What you have to do: For the records below, print the lines from the line with "f 171 133 134" through the line with "f 196 195 43" exactly as written; include both end lines and exclude the rest.

'''

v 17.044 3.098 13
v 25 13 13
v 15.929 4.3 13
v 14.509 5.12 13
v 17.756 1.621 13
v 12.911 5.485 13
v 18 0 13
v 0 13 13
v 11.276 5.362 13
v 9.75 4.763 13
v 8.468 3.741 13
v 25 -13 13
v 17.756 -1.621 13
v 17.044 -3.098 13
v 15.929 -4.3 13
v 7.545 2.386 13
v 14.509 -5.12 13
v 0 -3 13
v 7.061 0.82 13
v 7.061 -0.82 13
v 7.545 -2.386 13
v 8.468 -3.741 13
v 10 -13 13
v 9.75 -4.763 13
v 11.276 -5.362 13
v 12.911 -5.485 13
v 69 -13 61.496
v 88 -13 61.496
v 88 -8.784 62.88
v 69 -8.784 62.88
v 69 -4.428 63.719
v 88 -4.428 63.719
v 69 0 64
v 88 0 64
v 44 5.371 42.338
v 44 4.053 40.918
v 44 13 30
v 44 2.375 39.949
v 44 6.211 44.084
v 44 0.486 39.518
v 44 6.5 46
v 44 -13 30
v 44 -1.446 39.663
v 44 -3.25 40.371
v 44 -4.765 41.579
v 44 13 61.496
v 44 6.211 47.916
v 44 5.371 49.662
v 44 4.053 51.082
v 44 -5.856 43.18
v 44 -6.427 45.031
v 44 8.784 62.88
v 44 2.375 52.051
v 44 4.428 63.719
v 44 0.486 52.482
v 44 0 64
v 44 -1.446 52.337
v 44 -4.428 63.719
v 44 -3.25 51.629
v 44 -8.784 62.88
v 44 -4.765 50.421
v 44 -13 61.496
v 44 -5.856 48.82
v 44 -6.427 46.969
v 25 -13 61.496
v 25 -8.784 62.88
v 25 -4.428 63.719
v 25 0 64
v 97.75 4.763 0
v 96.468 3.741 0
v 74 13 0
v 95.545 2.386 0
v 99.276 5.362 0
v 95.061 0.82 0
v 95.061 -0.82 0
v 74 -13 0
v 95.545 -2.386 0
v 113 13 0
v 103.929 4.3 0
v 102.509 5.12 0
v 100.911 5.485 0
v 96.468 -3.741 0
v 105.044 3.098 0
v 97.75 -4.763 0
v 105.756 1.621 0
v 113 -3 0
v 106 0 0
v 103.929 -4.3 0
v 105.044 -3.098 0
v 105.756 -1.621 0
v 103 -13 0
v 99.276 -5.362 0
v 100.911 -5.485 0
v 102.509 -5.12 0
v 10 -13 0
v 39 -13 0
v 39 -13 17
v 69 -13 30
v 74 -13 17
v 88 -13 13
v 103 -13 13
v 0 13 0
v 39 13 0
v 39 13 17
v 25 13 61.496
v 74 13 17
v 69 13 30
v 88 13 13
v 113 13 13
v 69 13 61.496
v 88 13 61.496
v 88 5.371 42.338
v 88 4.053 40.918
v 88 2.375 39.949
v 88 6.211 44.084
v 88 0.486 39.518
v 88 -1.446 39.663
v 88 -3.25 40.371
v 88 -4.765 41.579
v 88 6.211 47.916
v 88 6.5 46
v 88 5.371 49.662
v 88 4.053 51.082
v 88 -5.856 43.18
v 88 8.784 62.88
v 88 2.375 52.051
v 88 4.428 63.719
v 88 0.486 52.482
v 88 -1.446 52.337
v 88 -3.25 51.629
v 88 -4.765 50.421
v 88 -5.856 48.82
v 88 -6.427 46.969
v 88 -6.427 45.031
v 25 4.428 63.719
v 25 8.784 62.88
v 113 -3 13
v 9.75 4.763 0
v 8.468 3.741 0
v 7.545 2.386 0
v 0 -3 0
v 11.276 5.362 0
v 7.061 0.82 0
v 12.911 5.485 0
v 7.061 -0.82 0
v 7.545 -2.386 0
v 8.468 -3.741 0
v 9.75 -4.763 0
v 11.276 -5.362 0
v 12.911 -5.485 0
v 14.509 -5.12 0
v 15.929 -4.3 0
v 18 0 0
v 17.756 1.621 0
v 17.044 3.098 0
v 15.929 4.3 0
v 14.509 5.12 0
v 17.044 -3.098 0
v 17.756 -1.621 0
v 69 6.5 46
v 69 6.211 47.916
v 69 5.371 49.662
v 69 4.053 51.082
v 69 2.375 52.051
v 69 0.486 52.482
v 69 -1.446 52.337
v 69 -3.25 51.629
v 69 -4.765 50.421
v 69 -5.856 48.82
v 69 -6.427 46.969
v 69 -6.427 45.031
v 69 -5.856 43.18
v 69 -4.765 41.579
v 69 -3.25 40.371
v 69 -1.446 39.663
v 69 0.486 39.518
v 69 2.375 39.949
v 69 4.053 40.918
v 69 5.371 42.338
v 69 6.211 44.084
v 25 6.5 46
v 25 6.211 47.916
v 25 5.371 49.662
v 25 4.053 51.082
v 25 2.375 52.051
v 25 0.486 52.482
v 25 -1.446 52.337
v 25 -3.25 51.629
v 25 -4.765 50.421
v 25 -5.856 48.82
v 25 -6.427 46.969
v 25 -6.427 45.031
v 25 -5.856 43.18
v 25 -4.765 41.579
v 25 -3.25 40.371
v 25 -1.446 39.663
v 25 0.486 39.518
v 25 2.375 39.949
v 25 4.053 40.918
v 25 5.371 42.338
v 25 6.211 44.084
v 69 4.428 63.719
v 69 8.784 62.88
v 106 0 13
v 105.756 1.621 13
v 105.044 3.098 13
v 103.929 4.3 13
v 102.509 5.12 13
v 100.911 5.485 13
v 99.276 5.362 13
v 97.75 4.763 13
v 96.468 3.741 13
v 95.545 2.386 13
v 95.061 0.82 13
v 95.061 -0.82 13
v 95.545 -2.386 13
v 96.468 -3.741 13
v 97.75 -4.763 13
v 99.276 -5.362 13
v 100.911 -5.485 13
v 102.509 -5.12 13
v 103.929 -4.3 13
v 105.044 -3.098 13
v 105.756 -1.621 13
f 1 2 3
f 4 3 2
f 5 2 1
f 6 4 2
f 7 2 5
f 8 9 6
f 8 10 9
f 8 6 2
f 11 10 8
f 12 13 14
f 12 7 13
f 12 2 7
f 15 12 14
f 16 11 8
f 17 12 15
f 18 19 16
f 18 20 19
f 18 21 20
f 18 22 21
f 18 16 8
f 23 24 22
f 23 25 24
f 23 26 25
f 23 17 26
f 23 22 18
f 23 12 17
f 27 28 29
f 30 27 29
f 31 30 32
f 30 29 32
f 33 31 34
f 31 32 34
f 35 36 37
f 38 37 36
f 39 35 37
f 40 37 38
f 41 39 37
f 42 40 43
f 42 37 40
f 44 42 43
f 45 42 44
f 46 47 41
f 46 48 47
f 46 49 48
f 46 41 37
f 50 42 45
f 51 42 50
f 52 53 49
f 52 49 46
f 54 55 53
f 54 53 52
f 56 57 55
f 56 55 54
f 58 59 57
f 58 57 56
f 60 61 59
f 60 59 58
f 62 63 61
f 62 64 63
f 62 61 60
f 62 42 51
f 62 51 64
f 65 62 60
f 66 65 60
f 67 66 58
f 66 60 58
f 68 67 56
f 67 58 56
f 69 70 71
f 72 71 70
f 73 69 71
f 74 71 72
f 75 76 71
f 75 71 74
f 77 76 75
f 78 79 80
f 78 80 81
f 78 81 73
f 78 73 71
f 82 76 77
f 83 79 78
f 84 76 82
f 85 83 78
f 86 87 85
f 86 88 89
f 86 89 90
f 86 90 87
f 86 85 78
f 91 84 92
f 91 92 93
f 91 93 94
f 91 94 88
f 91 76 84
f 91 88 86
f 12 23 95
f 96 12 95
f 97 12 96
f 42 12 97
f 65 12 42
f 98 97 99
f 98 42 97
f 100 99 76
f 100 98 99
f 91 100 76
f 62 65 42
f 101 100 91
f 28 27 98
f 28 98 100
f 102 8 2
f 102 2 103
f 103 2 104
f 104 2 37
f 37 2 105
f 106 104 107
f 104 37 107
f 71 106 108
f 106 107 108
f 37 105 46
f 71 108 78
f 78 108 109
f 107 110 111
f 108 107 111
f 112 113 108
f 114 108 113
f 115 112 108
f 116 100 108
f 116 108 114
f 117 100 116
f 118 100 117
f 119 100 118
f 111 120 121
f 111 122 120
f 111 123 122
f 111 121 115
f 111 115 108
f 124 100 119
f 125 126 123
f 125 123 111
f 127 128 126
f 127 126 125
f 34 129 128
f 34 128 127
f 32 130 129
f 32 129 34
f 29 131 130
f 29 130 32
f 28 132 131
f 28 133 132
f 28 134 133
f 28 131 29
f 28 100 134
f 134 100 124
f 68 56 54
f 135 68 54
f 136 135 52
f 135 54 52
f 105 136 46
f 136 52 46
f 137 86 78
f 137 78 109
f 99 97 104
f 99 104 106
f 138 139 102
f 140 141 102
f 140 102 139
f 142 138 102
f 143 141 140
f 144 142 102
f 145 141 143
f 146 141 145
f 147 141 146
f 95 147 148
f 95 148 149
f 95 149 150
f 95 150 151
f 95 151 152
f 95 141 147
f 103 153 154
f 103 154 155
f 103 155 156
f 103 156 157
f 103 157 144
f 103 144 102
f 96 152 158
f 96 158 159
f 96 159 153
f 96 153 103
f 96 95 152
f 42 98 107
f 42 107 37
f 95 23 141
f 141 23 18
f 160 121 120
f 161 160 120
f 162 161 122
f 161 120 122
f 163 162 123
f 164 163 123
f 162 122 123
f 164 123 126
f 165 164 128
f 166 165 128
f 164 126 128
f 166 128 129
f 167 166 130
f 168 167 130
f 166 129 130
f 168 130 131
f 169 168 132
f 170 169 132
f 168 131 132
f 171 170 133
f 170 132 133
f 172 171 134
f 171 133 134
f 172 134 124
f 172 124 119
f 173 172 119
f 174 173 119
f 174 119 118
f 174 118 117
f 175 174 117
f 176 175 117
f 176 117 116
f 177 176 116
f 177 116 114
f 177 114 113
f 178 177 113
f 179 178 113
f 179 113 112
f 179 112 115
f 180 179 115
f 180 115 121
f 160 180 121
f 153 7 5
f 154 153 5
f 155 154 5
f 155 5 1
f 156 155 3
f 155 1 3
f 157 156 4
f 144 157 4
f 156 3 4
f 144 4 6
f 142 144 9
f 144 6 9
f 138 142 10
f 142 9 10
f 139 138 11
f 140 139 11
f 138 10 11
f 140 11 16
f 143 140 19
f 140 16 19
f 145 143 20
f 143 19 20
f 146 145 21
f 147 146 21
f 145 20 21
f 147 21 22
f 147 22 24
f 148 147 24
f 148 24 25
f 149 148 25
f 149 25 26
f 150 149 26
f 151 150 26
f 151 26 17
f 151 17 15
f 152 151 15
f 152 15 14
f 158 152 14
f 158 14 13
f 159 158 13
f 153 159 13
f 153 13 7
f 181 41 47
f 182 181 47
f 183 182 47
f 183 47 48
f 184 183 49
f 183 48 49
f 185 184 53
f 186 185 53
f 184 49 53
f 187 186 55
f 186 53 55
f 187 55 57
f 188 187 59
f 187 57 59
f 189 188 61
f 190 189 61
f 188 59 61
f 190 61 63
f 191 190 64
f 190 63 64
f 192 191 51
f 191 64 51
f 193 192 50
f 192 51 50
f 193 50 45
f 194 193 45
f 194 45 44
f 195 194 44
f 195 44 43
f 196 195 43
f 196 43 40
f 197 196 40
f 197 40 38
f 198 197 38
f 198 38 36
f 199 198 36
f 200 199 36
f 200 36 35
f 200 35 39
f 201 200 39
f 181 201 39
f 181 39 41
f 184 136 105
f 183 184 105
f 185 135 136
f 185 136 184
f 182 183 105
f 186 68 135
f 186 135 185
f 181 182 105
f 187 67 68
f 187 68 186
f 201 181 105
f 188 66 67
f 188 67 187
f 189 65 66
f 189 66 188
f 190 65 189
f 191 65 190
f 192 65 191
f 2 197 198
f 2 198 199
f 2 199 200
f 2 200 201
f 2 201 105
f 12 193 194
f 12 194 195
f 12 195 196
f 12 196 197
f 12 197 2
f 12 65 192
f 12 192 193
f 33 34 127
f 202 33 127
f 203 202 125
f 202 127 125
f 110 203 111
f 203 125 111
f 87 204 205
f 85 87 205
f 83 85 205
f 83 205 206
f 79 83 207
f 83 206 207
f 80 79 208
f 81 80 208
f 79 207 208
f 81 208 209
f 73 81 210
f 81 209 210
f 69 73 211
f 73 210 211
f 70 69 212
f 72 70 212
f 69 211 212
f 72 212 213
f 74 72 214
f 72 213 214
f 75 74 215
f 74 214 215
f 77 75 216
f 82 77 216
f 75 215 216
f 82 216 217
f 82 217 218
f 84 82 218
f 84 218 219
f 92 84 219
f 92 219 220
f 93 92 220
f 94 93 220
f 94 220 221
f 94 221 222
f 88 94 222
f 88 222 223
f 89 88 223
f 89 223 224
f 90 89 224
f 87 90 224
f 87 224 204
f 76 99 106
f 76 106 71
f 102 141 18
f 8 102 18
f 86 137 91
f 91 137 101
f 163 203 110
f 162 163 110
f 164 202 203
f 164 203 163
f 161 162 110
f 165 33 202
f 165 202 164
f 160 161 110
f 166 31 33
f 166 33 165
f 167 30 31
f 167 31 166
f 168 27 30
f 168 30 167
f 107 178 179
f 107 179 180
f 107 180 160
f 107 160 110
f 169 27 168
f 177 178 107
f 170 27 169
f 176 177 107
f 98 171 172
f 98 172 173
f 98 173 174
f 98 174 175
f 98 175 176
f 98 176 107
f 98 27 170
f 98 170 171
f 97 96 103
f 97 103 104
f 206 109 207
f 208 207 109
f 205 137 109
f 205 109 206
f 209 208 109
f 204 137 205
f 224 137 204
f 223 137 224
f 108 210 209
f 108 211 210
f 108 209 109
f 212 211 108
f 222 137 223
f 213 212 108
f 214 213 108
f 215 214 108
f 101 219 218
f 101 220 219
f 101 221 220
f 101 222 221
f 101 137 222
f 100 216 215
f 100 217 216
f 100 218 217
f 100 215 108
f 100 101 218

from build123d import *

# Parameters (mm, degrees)
F0_W     = 10
F0_H     = 13
F1_DEPTH = 13
F2_R     = 5.5
F3_DEPTH = 13.001
F4_R     = 5.5
F5_DEPTH = 13.001
F6_R     = 6.5
F7_DEPTH = 88.001
F8_DEPTH = 88.001


with BuildPart() as f1:
    # F0 (on Front) → F1 (new body, symmetric)
    with BuildSketch(Plane.XZ):
        with Locations((5, 6.5)):
            Rectangle(F0_W, F0_H)
        Polygon((10, 13), (10, 0), (39, 0), (39, 17), (74, 17), (74, 0), (103, 0), (103, 13), (88, 13), (88, 64), (69, 64), (69, 30), (44, 30), (44, 64), (25, 64), (25, 13), align=None)
        with Locations((108, 6.5)):
            Rectangle(F0_W, F0_H)
    extrude(amount=F1_DEPTH, both=True)

    # F2 (on face) → F3 (cut, through all)
    with BuildSketch(Plane.XY.offset(13)):
        Polygon((0, -13), (10, -13), (0, -3), align=None)
        with Locations((12.5, 0)):
            Circle(F2_R)
    extrude(amount=-F3_DEPTH, mode=Mode.SUBTRACT)

    # F4 (on face) → F5 (cut, through all)
    with BuildSketch(Plane.XY.offset(13)):
        with Locations((100.5, 0)):
            Circle(F4_R)
        Polygon((113, -3), (103, -13), (113, -13), align=None)
    extrude(amount=-F5_DEPTH, mode=Mode.SUBTRACT)

    # F6 (on face) → F7 (cut, through all)
    with BuildSketch(Plane.YZ.offset(88)):
        with Locations((0, 46)):
            Circle(F6_R)
    extrude(amount=-F7_DEPTH, mode=Mode.SUBTRACT)

    # F6 (on face) → F8 (cut, through all)
    with BuildSketch(Plane.YZ.offset(88)):
        with BuildLine():
            Line((13, 64), (0, 64))
            ThreePointArc((0, 64), (6.619465, 63.368338), (13, 61.496154))
            Line((13, 61.496154), (13, 64))
        make_face()
        with BuildLine():
            ThreePointArc((-13, 61.496154), (-6.619465, 63.368338), (0, 64))
            Line((0, 64), (-13, 64))
            Line((-13, 64), (-13, 61.496154))
        make_face()
    extrude(amount=-F8_DEPTH, mode=Mode.SUBTRACT)


solid = f1.part
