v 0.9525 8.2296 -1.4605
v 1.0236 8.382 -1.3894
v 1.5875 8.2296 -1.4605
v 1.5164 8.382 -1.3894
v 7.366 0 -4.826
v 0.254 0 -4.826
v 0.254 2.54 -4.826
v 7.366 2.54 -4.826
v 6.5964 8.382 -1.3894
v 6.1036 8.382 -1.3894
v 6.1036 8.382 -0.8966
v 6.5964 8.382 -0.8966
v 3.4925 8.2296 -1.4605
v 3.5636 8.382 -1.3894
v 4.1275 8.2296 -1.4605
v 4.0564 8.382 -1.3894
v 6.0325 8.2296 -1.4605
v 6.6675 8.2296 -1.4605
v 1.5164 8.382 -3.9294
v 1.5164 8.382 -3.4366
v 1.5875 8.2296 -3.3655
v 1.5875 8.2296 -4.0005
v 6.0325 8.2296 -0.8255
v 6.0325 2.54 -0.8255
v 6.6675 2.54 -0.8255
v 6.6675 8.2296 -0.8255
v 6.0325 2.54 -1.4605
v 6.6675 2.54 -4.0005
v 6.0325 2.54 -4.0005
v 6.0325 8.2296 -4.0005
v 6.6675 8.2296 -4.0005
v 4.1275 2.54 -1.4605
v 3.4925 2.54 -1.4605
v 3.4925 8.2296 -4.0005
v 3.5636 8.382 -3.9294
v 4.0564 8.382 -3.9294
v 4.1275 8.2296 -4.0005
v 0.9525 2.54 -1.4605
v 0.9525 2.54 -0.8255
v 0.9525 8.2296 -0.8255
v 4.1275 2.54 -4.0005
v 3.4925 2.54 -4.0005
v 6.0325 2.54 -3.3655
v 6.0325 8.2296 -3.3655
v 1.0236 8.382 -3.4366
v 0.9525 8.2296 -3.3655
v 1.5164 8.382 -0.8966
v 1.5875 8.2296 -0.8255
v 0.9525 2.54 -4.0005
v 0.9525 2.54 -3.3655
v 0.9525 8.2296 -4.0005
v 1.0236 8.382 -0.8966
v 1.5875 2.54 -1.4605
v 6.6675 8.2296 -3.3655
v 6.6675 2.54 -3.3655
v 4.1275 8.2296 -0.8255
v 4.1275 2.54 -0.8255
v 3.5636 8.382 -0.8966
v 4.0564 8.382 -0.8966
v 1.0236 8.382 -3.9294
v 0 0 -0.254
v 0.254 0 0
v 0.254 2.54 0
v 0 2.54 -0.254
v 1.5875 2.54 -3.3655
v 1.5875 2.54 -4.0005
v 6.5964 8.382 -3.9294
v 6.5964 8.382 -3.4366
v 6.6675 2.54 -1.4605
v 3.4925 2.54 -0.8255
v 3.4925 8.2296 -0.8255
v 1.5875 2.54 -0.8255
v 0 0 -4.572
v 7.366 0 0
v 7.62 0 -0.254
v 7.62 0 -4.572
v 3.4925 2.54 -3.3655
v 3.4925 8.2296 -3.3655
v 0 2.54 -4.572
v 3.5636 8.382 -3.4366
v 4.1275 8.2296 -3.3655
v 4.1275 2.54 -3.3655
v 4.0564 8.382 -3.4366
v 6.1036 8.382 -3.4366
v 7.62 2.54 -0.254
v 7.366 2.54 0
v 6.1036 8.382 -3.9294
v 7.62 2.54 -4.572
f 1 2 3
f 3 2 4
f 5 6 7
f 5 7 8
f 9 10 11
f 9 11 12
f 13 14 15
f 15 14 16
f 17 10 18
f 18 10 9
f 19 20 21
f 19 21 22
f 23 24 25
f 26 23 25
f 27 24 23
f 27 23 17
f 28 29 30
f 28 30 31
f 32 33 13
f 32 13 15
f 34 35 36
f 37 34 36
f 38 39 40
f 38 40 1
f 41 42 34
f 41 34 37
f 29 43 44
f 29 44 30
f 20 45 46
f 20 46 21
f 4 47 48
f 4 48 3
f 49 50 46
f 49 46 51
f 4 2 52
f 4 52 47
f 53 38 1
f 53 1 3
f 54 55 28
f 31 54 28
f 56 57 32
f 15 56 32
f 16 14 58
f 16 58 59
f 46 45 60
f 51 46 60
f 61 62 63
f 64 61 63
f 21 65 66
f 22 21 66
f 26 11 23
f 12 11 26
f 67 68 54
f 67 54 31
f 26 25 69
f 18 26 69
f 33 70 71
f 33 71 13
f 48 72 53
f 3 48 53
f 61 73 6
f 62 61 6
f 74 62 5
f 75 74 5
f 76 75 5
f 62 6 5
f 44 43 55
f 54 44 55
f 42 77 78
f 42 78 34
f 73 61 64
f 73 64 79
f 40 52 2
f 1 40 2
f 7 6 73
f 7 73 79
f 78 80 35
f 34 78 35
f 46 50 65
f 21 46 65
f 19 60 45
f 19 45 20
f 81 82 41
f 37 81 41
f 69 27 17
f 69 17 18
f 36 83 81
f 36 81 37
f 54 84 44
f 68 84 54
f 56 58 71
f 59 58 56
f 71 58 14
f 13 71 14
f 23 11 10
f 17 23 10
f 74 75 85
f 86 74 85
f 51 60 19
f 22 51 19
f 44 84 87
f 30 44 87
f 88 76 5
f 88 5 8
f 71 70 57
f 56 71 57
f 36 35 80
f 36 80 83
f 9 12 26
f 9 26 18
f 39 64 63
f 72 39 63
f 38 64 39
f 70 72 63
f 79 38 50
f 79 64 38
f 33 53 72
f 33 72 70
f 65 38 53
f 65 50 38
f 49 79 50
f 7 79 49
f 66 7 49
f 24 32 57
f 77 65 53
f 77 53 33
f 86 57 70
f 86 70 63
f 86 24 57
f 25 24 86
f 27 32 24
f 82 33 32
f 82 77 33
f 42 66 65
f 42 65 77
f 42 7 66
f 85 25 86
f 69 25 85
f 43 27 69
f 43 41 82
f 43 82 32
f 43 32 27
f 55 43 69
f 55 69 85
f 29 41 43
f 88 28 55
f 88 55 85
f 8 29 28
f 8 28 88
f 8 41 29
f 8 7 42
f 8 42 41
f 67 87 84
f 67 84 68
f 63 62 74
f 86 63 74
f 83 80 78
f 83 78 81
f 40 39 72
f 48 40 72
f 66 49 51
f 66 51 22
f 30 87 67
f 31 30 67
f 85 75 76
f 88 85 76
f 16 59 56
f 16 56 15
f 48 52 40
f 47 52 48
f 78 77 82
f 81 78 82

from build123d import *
from OCP.BRepFilletAPI import BRepFilletAPI_MakeChamfer

# Parameters (mm, degrees)
SKETCH1_W                   = 7.62
SKETCH1_H                   = 4.826
BOSS_EXTRUDE1_DEPTH         = 2.54
SKETCH2_W                   = 0.635
SKETCH2_H                   = 0.635
BOSS_EXTRUDE2_DEPTH         = 5.842
CHAMFER2_SIZE               = 0.1524
CHAMFER2_SIZE2              = 0.071065287
CHAMFER1_SIZE               = 0.254
LPATTERN2_COUNT             = 3
LPATTERN2_PITCH             = 2.54
LPATTERN2_COUNT_DIR2        = 2
LPATTERN2_PITCH_DIR2        = 2.54
CHAMFER2_OF_LPATTERN2_SIZE  = 0.1524
CHAMFER2_OF_LPATTERN2_SIZE2 = 0.071065287


with BuildPart() as part:
    # Sketch1 → Boss-Extrude1 (new body)
    with BuildSketch(Plane(origin=(0, 0, 0), x_dir=(1, 0, 0), z_dir=(0, 1, 0))):
        with Locations((3.81, 2.413)):
            Rectangle(SKETCH1_W, SKETCH1_H)
    extrude(amount=BOSS_EXTRUDE1_DEPTH)

    # Sketch2 → Boss-Extrude2 (add)
    with BuildSketch(Plane(origin=(0, 2.54, 0), x_dir=(1, 0, 0), z_dir=(0, 1, 0))):
        with Locations((1.27, 1.143)):
            Rectangle(SKETCH2_W, SKETCH2_H)
    boss_extrude2 = extrude(amount=BOSS_EXTRUDE2_DEPTH)

    # Chamfer2: one chamfer whose edges measure the first distance from different faces: ONE call of the kernel's chamfer builder (chamfer() names one face for all edges)
    chamfer2_edges_1 = [part.edges().sort_by_distance(p)[0] for p in [
        (1.5875, 8.382, -1.143),
    ]]
    chamfer2_side_1 = [part.faces().sort_by_distance(p)[0] for p in [
        (1.5875, 5.461, -1.143),
    ]]
    chamfer2_edges_2 = [part.edges().sort_by_distance(p)[0] for p in [
        (1.27, 8.382, -1.4605),
    ]]
    chamfer2_side_2 = [part.faces().sort_by_distance(p)[0] for p in [
        (1.27, 5.461, -1.4605),
    ]]
    chamfer2_edges_3 = [part.edges().sort_by_distance(p)[0] for p in [
        (0.9525, 8.382, -1.143),
    ]]
    chamfer2_side_3 = [part.faces().sort_by_distance(p)[0] for p in [
        (0.9525, 5.461, -1.143),
    ]]
    chamfer2_edges_4 = [part.edges().sort_by_distance(p)[0] for p in [
        (1.27, 8.382, -0.8255),
    ]]
    chamfer2_side_4 = [part.faces().sort_by_distance(p)[0] for p in [
        (1.27, 5.461, -0.8255),
    ]]
    chamfer2 = BRepFilletAPI_MakeChamfer(part.part.solid().wrapped)
    for e in chamfer2_edges_1:
        chamfer2.Add(CHAMFER2_SIZE, CHAMFER2_SIZE2, e.wrapped, chamfer2_side_1[0].wrapped)  # the first distance lies on this face
    for e in chamfer2_edges_2:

'''

Answer for the task:
f 171 133 134
f 172 134 124
f 172 124 119
f 173 172 119
f 174 173 119
f 174 119 118
f 174 118 117
f 175 174 117
f 176 175 117
f 176 117 116
f 177 176 116
f 177 116 114
f 177 114 113
f 178 177 113
f 179 178 113
f 179 113 112
f 179 112 115
f 180 179 115
f 180 115 121
f 160 180 121
f 153 7 5
f 154 153 5
f 155 154 5
f 155 5 1
f 156 155 3
f 155 1 3
f 157 156 4
f 144 157 4
f 156 3 4
f 144 4 6
f 142 144 9
f 144 6 9
f 138 142 10
f 142 9 10
f 139 138 11
f 140 139 11
f 138 10 11
f 140 11 16
f 143 140 19
f 140 16 19
f 145 143 20
f 143 19 20
f 146 145 21
f 147 146 21
f 145 20 21
f 147 21 22
f 147 22 24
f 148 147 24
f 148 24 25
f 149 148 25
f 149 25 26
f 150 149 26
f 151 150 26
f 151 26 17
f 151 17 15
f 152 151 15
f 152 15 14
f 158 152 14
f 158 14 13
f 159 158 13
f 153 159 13
f 153 13 7
f 181 41 47
f 182 181 47
f 183 182 47
f 183 47 48
f 184 183 49
f 183 48 49
f 185 184 53
f 186 185 53
f 184 49 53
f 187 186 55
f 186 53 55
f 187 55 57
f 188 187 59
f 187 57 59
f 189 188 61
f 190 189 61
f 188 59 61
f 190 61 63
f 191 190 64
f 190 63 64
f 192 191 51
f 191 64 51
f 193 192 50
f 192 51 50
f 193 50 45
f 194 193 45
f 194 45 44
f 195 194 44
f 195 44 43
f 196 195 43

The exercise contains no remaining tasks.